Dengan anggun dan gagah, Rayyan tampil membawa karakter legendaris Pak Sakera dalam balutan busana adat Madura yang memancarkan keagungan tradisi.Sebuah penampilan mempesona yang menambah pesona khas Nusantara di panggung tersebut.
Kemeriahan pun kian lengkap berkat kehadiran mulia Om Ilur dan Tante Ziah, para seniman terpuji yang dikenal luas sebagai Sanjungan Jiwa.
Kehadiran mereka bagai embun penyejuk yang memperindah suasana, menebarkan nuansa budaya Madura yang agung sekaligus membuktikan bahwa pelestarian tradisi tetap hidup dan dijaga kemuliaannya di tengah masyarakat.

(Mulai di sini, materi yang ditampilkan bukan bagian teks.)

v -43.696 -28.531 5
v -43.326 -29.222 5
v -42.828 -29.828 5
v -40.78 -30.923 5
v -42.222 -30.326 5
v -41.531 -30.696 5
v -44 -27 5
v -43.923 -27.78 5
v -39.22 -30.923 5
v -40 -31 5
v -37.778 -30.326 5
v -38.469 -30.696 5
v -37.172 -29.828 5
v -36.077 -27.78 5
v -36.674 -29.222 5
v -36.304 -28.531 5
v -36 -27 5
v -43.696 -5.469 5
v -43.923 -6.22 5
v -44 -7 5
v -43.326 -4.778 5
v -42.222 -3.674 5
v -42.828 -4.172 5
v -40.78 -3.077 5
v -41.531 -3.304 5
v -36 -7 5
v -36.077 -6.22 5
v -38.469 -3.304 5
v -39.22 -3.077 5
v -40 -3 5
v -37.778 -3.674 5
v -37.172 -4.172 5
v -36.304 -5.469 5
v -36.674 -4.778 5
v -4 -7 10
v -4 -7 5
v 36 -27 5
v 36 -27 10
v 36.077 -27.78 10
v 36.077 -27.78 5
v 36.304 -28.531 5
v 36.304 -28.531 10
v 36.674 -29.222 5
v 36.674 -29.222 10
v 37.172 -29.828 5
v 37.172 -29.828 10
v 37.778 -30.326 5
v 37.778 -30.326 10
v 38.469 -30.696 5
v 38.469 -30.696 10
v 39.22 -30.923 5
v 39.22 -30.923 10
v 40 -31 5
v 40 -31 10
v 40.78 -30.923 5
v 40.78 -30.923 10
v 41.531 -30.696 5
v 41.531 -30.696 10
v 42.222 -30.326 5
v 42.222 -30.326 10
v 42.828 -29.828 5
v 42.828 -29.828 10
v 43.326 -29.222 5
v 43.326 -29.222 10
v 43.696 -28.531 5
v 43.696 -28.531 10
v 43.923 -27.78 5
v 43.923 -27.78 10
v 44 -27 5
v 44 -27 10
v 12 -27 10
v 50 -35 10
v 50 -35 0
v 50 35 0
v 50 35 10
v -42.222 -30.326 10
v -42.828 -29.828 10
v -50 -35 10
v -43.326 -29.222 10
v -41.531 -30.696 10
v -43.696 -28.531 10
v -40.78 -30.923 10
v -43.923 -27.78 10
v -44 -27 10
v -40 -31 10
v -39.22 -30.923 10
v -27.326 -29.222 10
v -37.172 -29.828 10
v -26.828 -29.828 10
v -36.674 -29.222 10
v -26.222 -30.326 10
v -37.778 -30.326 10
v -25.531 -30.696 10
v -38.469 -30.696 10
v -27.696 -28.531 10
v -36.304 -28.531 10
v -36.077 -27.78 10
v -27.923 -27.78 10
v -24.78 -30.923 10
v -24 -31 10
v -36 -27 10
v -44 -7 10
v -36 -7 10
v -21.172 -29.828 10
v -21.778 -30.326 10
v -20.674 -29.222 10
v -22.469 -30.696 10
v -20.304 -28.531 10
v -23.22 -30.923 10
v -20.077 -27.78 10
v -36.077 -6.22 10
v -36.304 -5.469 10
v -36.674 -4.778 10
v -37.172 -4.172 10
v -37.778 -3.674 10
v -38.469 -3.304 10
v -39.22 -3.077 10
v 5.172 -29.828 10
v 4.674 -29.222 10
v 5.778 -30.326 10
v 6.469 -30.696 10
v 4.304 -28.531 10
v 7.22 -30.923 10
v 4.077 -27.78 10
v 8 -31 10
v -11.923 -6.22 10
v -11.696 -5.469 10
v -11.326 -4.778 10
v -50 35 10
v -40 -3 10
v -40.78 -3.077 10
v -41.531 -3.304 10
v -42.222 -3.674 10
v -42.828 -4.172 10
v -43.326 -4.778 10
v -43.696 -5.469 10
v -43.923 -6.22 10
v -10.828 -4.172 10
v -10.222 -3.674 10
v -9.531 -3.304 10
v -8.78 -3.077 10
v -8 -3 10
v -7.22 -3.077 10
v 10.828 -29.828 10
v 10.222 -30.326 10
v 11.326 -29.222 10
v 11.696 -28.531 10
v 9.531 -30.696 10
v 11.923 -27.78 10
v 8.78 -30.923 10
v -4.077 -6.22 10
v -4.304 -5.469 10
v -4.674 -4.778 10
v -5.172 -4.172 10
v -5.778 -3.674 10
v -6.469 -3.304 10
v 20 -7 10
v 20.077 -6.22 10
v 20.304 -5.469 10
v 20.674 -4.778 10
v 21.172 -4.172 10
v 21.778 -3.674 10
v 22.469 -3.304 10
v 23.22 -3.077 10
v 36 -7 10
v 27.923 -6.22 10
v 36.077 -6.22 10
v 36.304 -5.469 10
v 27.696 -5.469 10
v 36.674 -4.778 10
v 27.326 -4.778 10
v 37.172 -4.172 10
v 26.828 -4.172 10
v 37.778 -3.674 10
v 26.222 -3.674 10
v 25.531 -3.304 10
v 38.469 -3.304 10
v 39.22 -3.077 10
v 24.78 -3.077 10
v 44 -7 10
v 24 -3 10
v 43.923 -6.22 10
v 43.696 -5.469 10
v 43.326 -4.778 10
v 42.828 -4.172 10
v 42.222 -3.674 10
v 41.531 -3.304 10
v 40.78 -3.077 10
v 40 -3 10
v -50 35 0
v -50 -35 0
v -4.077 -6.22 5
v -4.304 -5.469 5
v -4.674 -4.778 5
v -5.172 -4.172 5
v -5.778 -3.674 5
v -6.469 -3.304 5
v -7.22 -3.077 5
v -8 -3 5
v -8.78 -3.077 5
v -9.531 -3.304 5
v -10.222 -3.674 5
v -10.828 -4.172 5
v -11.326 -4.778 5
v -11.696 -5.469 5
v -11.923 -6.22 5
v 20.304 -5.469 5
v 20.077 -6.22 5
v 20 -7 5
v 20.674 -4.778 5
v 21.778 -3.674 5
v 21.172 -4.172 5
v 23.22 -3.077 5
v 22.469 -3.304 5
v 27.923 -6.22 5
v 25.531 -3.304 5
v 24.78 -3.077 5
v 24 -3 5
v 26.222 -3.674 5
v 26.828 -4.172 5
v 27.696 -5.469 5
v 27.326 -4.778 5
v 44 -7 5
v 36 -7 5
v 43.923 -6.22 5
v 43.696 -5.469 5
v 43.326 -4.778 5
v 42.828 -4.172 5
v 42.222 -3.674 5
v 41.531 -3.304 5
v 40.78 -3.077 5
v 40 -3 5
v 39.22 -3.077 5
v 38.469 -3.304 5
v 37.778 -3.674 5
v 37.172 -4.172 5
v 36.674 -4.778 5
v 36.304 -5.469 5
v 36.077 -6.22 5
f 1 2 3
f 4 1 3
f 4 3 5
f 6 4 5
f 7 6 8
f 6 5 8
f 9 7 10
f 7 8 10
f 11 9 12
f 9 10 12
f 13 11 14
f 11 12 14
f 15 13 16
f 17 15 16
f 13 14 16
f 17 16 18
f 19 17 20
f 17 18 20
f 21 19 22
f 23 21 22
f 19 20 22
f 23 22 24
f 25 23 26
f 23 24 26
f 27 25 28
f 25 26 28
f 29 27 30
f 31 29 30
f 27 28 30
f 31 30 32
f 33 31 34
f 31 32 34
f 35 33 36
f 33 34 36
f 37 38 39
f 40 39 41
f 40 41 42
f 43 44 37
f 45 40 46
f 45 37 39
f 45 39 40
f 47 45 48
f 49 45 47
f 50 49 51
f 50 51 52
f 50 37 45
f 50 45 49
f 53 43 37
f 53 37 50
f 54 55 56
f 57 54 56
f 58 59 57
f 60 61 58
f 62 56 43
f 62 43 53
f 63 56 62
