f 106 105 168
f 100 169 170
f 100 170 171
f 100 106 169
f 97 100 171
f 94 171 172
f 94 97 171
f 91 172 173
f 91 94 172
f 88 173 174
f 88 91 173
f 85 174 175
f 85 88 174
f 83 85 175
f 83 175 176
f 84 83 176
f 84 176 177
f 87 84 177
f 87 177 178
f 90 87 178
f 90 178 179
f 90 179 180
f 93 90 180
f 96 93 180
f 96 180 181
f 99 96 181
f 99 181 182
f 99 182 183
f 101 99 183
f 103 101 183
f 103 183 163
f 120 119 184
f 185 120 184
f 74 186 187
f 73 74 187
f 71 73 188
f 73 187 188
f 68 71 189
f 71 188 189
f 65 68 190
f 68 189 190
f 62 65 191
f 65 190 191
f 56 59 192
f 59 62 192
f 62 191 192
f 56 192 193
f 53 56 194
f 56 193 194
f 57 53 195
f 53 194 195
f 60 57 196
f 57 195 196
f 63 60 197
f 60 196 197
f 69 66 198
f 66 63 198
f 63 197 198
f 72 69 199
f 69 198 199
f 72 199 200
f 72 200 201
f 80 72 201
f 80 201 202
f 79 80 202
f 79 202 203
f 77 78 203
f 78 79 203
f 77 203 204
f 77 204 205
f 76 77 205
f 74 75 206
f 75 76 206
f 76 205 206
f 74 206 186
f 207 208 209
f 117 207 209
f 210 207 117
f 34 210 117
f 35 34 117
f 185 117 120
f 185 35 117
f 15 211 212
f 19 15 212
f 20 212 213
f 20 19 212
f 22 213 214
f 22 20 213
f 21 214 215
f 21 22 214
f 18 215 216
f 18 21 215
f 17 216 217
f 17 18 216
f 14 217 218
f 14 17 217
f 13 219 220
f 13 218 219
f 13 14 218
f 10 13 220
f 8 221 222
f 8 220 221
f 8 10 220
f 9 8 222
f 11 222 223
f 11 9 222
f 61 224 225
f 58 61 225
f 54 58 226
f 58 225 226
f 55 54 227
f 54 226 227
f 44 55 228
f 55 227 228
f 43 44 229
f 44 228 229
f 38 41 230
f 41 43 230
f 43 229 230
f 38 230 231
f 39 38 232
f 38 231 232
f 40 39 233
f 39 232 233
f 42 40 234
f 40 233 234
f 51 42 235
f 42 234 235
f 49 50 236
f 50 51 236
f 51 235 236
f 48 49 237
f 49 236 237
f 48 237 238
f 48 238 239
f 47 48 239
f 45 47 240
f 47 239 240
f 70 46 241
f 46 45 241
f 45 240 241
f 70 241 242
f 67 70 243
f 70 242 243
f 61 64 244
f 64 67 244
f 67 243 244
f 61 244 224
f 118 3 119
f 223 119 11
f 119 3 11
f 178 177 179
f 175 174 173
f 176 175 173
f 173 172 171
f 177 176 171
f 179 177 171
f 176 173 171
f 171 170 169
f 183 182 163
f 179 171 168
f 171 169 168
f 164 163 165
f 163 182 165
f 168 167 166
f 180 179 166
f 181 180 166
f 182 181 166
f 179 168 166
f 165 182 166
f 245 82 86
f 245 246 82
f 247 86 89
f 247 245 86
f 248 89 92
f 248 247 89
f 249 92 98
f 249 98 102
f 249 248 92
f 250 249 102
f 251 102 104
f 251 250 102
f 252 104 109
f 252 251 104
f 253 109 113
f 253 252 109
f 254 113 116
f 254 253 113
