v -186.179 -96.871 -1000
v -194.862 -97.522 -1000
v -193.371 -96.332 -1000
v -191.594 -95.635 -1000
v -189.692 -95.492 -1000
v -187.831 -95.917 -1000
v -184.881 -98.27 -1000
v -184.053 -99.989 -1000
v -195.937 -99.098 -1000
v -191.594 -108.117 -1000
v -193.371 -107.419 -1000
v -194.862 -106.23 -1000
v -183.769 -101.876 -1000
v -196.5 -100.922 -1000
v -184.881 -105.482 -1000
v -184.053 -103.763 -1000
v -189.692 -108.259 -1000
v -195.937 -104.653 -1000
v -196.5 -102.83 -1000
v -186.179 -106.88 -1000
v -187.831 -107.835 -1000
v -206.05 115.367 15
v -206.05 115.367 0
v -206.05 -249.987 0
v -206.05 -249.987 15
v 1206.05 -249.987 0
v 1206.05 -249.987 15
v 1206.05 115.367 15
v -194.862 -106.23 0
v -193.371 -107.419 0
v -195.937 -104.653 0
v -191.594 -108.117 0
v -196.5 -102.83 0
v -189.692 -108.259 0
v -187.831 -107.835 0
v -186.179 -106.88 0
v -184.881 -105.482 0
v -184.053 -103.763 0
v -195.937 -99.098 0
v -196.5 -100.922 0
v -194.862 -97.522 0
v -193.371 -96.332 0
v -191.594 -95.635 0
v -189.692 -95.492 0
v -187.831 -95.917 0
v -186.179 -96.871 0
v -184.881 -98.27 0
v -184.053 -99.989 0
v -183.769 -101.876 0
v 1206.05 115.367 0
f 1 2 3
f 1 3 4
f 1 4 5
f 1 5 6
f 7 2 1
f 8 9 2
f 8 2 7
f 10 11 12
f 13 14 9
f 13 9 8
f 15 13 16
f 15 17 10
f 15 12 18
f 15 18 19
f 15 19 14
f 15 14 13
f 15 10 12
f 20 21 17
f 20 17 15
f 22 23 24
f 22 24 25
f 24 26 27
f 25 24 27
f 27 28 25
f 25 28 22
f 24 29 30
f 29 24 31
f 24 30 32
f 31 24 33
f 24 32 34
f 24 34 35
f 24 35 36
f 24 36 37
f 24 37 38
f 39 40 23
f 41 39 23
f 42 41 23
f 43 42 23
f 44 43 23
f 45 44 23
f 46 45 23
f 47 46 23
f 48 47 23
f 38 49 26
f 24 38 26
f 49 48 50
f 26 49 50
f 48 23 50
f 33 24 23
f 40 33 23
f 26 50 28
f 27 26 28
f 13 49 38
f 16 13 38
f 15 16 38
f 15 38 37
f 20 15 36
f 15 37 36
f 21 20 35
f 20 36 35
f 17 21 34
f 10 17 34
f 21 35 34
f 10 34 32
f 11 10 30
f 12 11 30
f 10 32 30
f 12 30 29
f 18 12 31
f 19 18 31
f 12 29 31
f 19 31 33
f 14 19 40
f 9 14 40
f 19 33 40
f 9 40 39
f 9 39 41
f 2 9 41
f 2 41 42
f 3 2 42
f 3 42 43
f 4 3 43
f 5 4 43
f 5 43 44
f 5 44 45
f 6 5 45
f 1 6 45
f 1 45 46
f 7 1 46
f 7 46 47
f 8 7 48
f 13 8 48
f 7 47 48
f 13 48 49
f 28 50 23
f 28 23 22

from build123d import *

# Parameters (mm, degrees)
F0_W     = 412.1005833149
F0_H     = 230.7337969542
F1_DEPTH = 15
F2_R     = 6.4013337275
F3_DEPTH = 1000
F4_DEPTH = 1000
F5_DEPTH = 134.62


with BuildPart() as f1:
    # F0 (on Top) → F1 (new body)
    with BuildSketch(Plane.XY):
        Rectangle(F0_W, F0_H)
    extrude(amount=F1_DEPTH)

    # F2 (on face) → F3 (join)
    with BuildSketch(Plane(origin=(0, 0, 0), x_dir=(1, 0, 0), z_dir=(0, 0, -1))):
        with Locations((-190.1699453592, 101.8757298589)):
            Circle(F2_R)
    extrude(amount=F3_DEPTH)

    # F4 (add): a face of the model
    f4_faces = [f1.faces().sort_by_distance(p)[0] for p in [
        (206.0502916574, 0, 7.5),
    ]]
    extrude(f4_faces, amount=F4_DEPTH)

    # F5 (add): a face of the model
    f5_faces = [f1.faces().sort_by_distance(p)[0] for p in [
        (500, -115.3668984771, 7.5),
    ]]
    extrude(f5_faces, amount=F5_DEPTH)


solid = f1.part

Pak Akhsan, Ketua RT 09/RW 10, memberikan dukungan penuh dan apresiasi yang mendalam atas kegiatan yang memuliakan anak-anak dan warga ini. Beliau menandaskan, seni budaya adalah jembatan emas persatuan, merajut kebersamaan sekaligus membuka jalan luas bagi bakat generasi muda untuk bersinar.

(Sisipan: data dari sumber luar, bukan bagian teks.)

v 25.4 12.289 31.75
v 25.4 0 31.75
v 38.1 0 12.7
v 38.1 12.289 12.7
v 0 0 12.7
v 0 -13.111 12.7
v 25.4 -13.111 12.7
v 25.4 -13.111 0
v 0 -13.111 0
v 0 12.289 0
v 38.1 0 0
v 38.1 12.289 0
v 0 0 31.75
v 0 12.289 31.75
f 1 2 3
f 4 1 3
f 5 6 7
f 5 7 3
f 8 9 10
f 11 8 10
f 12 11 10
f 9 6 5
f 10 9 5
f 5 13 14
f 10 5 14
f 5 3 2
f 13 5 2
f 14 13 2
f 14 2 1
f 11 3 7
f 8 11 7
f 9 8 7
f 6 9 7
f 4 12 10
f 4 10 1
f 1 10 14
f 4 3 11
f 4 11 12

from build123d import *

# Parameters (mm, degrees)
F0_W     = 25.4
F0_H     = 31.75
F1_DEPTH = 38.1
F2_W     = 13.111336
F2_H     = 19.05
F3_DEPTH = 38.101
F5_DEPTH = 12.289664
F7_DEPTH = 25.4


with BuildPart() as f1:
    # F0 (on Right) → F1 (new body)
    with BuildSketch(Plane.YZ):
        with Locations((-0.411336, 15.875)):
            Rectangle(F0_W, F0_H)
    extrude(amount=F1_DEPTH)

    # F2 (on face) → F3 (cut, through all)
    with BuildSketch(Plane.YZ.offset(38.1)):
        with Locations((-6.555668, 22.225)):
            Rectangle(F2_W, F2_H)
    extrude(amount=-F3_DEPTH, mode=Mode.SUBTRACT)

    # F4 (on face) → F5 (cut, through all)
    with BuildSketch(Plane.XZ):
        Polygon((25.4, 31.75), (38.1, 12.7), (38.1, 31.75), align=None)
    extrude(amount=-F5_DEPTH, mode=Mode.SUBTRACT)

    # F6 (on face) → F7 (cut)
    with BuildSketch(Plane.XY.offset(12.7)):
        Polygon((38.1, -13.111336), (38.1, 0), (25.4, -13.111336), align=None)
    extrude(amount=-F7_DEPTH, mode=Mode.SUBTRACT)


solid = f1.part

Tak terlupakan pula pengabdian tulus para penggerak Karang Taruna: Om Fahru, Om Agus, Tante Siti, dan Tante Nur Aisyah, yang sabar mendampingi dan membimbing anak-anak hingga tampil gemilang di atas panggung.
Peringatan kemerdekaan di sudut Surabaya ini menjadi teladan yang elok: kemerdekaan bukan hanya dirayakan, melainkan diperkaya dengan warisan luhur nenek moyang. Melalui pentas ini, terlihat nyata antusiasme warga yang begitu tulus, Membuktikan seni dan budaya senantiasa bersemayam di sanubari masyarakat.
" Semoga harmoni dan gotong royong nan indah ini terus terpelihara, menurunkan benih-benih cinta budaya kepada generasi penerus yang kelak akan mewarisi keagungannya.